Study material
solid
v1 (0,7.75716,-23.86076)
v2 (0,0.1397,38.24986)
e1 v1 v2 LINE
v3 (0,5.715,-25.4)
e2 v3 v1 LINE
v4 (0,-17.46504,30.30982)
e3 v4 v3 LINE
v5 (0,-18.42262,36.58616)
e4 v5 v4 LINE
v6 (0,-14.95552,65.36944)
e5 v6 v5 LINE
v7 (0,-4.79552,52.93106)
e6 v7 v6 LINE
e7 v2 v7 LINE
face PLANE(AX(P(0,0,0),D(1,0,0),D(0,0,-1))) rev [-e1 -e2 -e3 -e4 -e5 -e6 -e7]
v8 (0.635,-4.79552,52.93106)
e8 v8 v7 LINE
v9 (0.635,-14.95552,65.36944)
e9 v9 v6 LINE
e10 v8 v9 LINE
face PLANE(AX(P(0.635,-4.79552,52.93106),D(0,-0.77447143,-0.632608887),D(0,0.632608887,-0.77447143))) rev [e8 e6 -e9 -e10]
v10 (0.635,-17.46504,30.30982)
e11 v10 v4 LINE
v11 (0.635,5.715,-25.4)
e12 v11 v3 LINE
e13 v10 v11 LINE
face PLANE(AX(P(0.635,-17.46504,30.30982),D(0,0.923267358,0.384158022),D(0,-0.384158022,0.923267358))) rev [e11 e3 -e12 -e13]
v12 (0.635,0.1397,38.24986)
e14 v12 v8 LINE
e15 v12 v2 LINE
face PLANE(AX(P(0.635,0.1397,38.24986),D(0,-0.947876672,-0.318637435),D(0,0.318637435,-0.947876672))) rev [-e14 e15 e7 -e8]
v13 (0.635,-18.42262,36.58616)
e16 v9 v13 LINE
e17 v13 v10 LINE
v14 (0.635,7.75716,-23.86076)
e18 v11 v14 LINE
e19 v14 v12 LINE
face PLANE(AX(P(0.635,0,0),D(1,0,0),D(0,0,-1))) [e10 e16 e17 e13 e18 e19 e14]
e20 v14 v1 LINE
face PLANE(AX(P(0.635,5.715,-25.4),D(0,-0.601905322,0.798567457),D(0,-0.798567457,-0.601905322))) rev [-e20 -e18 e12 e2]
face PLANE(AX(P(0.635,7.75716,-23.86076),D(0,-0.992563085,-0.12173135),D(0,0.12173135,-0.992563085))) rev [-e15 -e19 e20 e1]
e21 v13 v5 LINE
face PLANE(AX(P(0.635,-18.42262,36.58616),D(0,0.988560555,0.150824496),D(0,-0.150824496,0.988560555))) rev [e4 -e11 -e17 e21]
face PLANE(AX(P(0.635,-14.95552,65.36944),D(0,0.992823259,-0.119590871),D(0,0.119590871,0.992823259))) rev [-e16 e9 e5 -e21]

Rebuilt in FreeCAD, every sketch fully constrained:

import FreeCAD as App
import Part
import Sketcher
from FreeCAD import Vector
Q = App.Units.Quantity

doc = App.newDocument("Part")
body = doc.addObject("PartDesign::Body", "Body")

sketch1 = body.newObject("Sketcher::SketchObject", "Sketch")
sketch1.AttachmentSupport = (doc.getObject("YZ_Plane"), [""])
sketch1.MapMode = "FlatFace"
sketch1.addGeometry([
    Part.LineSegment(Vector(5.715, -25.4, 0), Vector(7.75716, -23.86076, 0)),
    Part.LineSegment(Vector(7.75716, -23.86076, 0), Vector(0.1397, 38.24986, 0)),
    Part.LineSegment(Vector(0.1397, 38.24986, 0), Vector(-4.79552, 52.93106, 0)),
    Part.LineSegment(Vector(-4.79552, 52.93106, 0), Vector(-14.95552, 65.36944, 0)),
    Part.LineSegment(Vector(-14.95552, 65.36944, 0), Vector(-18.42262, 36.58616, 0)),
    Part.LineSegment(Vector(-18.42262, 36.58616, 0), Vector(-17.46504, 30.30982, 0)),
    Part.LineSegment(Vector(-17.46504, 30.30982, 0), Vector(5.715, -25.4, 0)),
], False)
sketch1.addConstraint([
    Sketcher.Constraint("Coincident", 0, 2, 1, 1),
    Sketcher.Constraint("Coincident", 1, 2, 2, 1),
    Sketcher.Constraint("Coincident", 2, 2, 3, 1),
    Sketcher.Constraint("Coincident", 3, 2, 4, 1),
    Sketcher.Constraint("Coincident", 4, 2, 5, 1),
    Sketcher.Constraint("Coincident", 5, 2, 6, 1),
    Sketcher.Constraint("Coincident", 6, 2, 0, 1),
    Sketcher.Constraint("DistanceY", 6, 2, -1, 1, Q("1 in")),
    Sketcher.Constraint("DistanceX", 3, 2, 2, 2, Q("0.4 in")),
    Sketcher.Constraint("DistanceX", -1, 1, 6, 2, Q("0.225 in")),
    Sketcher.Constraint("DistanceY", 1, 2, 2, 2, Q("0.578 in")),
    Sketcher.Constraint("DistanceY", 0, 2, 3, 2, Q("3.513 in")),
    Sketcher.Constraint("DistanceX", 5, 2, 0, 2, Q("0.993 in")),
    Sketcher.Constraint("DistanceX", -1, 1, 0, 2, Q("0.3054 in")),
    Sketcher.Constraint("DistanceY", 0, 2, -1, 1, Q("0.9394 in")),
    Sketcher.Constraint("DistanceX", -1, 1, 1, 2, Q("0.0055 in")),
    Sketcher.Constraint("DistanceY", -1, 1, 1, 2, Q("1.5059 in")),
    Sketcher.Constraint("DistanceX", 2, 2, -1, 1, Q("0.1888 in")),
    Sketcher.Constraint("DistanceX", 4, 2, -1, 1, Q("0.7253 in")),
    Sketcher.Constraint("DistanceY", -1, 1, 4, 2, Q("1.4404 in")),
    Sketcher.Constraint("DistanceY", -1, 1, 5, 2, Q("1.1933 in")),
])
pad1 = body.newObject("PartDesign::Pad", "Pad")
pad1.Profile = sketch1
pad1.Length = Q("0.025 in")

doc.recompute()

Work required
Please copy, without any change, the lines of the material from the first through the one containing "Rebuilt in FreeCAD, every". Write nothing else.

Solution below
solid
v1 (0,7.75716,-23.86076)
v2 (0,0.1397,38.24986)
e1 v1 v2 LINE
v3 (0,5.715,-25.4)
e2 v3 v1 LINE
v4 (0,-17.46504,30.30982)
e3 v4 v3 LINE
v5 (0,-18.42262,36.58616)
e4 v5 v4 LINE
v6 (0,-14.95552,65.36944)
e5 v6 v5 LINE
v7 (0,-4.79552,52.93106)
e6 v7 v6 LINE
e7 v2 v7 LINE
face PLANE(AX(P(0,0,0),D(1,0,0),D(0,0,-1))) rev [-e1 -e2 -e3 -e4 -e5 -e6 -e7]
v8 (0.635,-4.79552,52.93106)
e8 v8 v7 LINE
v9 (0.635,-14.95552,65.36944)
e9 v9 v6 LINE
e10 v8 v9 LINE
face PLANE(AX(P(0.635,-4.79552,52.93106),D(0,-0.77447143,-0.632608887),D(0,0.632608887,-0.77447143))) rev [e8 e6 -e9 -e10]
v10 (0.635,-17.46504,30.30982)
e11 v10 v4 LINE
v11 (0.635,5.715,-25.4)
e12 v11 v3 LINE
e13 v10 v11 LINE
face PLANE(AX(P(0.635,-17.46504,30.30982),D(0,0.923267358,0.384158022),D(0,-0.384158022,0.923267358))) rev [e11 e3 -e12 -e13]
v12 (0.635,0.1397,38.24986)
e14 v12 v8 LINE
e15 v12 v2 LINE
face PLANE(AX(P(0.635,0.1397,38.24986),D(0,-0.947876672,-0.318637435),D(0,0.318637435,-0.947876672))) rev [-e14 e15 e7 -e8]
v13 (0.635,-18.42262,36.58616)
e16 v9 v13 LINE
e17 v13 v10 LINE
v14 (0.635,7.75716,-23.86076)
e18 v11 v14 LINE
e19 v14 v12 LINE
face PLANE(AX(P(0.635,0,0),D(1,0,0),D(0,0,-1))) [e10 e16 e17 e13 e18 e19 e14]
e20 v14 v1 LINE
face PLANE(AX(P(0.635,5.715,-25.4),D(0,-0.601905322,0.798567457),D(0,-0.798567457,-0.601905322))) rev [-e20 -e18 e12 e2]
face PLANE(AX(P(0.635,7.75716,-23.86076),D(0,-0.992563085,-0.12173135),D(0,0.12173135,-0.992563085))) rev [-e15 -e19 e20 e1]
e21 v13 v5 LINE
face PLANE(AX(P(0.635,-18.42262,36.58616),D(0,0.988560555,0.150824496),D(0,-0.150824496,0.988560555))) rev [e4 -e11 -e17 e21]
face PLANE(AX(P(0.635,-14.95552,65.36944),D(0,0.992823259,-0.119590871),D(0,0.119590871,0.992823259))) rev [-e16 e9 e5 -e21]

Rebuilt in FreeCAD, every sketch fully constrained:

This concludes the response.